Lord Mayor of Adelaide
- In office 1919–1921

Alderman
- In office 1913–1919 and 1922–1932

Councillor on the Adelaide City Council
- In office 1904–1913

Personal details
- Born: 25 June 1876 Norwood
- Died: 8 April 1932 (aged 55) Brougham Place, North Adelaide, Australia
- Parent: Beaumont Arnold Moulden (father);
- Alma mater: University of Adelaide
- Occupation: lawyer

= Frank Beaumont Moulden =

Australian politician (1876–1932)

Sir Frank Beaumont Moulden (25 June 1876 – 8 April 1932) was a lawyer in South Australia who served as Lord Mayor of Adelaide from 1919 to 1921.

==Life==
Frank was born in Collett Lodge, Norwood, the second son of Beaumont Arnold Moulden and his wife Anna Mary Moulden née Cramond.

He was educated at St. Peter's College, and graduated LLB at the University of Adelaide, being articled to the legal firm Moulden & Son founded by his grandfather Joseph Eldin Moulden, and ultimately became a partner.

Moulden was elected a councillor to the Adelaide City Council 1904, became an alderman in 1913, and Lord Mayor from 1919 to 1921, during which period he hosted the Prince of Wales on his official visitor to Adelaide.

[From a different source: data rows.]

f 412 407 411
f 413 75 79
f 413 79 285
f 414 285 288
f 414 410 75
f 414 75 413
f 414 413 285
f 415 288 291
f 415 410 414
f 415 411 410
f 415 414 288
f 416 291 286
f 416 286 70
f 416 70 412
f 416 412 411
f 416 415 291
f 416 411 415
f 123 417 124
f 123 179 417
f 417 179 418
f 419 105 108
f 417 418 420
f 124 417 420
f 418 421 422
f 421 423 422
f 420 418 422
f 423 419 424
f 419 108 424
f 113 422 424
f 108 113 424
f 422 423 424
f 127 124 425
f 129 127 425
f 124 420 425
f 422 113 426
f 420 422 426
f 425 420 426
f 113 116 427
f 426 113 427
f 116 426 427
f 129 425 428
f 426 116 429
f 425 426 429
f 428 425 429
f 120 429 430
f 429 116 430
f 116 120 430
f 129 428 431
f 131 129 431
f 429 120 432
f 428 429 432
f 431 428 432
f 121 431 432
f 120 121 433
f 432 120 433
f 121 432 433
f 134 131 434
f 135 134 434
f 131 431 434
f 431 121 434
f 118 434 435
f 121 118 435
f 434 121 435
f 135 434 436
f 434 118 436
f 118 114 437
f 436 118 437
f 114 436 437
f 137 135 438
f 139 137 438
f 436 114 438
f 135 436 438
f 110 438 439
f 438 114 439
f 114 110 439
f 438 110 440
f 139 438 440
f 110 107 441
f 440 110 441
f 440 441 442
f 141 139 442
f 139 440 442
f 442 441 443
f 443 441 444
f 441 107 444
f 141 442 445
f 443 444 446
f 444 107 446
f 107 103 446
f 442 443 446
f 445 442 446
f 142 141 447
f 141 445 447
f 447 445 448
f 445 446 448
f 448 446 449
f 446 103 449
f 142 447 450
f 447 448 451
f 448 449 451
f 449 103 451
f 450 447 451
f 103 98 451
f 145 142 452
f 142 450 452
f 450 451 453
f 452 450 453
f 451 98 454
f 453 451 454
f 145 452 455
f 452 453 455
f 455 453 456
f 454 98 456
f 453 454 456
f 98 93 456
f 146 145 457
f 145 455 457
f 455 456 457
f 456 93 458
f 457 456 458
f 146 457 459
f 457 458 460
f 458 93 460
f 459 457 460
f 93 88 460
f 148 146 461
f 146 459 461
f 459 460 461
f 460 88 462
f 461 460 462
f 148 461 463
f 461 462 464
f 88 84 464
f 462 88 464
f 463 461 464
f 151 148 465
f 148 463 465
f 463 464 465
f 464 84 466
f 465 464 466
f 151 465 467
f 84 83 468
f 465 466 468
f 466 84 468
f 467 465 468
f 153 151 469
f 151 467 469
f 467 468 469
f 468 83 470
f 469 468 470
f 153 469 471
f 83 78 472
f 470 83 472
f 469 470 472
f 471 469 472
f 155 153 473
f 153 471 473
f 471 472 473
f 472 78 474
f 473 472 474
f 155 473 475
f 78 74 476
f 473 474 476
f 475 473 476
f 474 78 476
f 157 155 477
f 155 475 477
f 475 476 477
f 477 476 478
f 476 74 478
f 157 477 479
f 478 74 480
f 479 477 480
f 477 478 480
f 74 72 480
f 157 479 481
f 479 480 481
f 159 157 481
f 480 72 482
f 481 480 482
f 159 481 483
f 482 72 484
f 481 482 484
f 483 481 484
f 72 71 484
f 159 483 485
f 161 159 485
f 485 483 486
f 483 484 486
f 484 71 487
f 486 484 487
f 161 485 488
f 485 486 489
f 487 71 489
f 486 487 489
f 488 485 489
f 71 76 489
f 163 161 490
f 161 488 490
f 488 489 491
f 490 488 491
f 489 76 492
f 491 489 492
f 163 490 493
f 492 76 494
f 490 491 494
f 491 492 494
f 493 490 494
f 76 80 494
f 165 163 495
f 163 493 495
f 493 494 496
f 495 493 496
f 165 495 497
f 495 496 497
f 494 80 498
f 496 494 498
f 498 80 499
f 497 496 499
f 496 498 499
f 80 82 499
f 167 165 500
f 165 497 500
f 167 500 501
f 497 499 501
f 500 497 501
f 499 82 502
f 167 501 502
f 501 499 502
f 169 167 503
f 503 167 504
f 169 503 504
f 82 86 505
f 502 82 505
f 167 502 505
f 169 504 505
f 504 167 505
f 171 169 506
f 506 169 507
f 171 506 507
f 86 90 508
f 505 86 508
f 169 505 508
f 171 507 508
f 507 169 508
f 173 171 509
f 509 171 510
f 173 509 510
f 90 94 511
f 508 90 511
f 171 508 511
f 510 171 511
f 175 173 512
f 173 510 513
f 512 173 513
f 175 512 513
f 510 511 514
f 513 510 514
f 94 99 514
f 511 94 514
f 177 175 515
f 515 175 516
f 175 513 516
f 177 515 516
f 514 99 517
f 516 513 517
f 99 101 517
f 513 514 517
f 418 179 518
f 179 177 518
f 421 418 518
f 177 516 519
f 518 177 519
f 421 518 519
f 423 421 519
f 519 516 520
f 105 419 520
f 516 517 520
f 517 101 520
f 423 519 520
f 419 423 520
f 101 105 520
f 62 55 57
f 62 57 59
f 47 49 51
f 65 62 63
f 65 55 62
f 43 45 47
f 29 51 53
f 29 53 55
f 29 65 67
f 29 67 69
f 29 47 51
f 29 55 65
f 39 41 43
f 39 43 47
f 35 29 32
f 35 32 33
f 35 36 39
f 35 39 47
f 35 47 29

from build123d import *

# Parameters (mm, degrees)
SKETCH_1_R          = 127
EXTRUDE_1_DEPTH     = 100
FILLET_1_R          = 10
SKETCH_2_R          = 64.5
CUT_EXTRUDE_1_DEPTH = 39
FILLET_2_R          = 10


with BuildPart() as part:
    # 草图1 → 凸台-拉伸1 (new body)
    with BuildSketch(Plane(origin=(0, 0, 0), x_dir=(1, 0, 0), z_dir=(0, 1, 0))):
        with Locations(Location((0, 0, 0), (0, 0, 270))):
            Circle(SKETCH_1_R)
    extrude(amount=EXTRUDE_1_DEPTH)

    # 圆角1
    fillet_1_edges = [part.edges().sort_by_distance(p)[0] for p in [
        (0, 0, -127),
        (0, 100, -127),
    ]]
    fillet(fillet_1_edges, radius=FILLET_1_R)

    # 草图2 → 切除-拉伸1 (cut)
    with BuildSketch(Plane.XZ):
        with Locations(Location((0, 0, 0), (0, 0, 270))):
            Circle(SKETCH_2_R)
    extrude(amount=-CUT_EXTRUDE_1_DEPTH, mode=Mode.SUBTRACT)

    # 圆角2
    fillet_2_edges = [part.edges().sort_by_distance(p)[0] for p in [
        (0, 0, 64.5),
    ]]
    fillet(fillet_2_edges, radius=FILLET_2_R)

He was President of the local chapter of Alliance Française and in January 1919 succeeded J. W. Canaway as Consular Agent for France in South Australia.

He died at his home "Lordello", Brougham Place, North Adelaide, after a long illness.

==Recognition==
- He was knighted in January 1922 in the 1922 New Year Honours.
- In June or July 1924 he was appointed officer of the Académie de la République française in recognition of his services to the French government.
- He was awarded a diploma of honor and bronze medal by the Ligue maritime et coloniale française.
- In 1930 he was made an officer of the Order of the Hospital of St. John of Jerusalem.

==Family==
Sir Frank Beaumont Moulden married Deborah Vernon Hackett of Western Australia in 1918. They had no children, but Lady Moulden, née Drake-Brockman, had several children by her first husband, John Winthrop Hackett M.L.C. and mayor of Adelaide in 1919. Sir Winthrop, who died in 1916, endowed the entire University of Western Australia. One of their children was Patricia Hackett.

John Eldin Collett "Jack" Moulden (born 1873) of London was a brother, and Margaret Minna Moulden (born 1879), married John Wheeley Lea in 1902, later to Garnet Wolseley Bennett (died 1951) of Woodend, Victoria, was a sister. Youngest brother Eldin Swanzy Moulden (1883–1919) was Chief Assistant Engineer of the Municipal Tramways Trust under W. G. T. Goodman.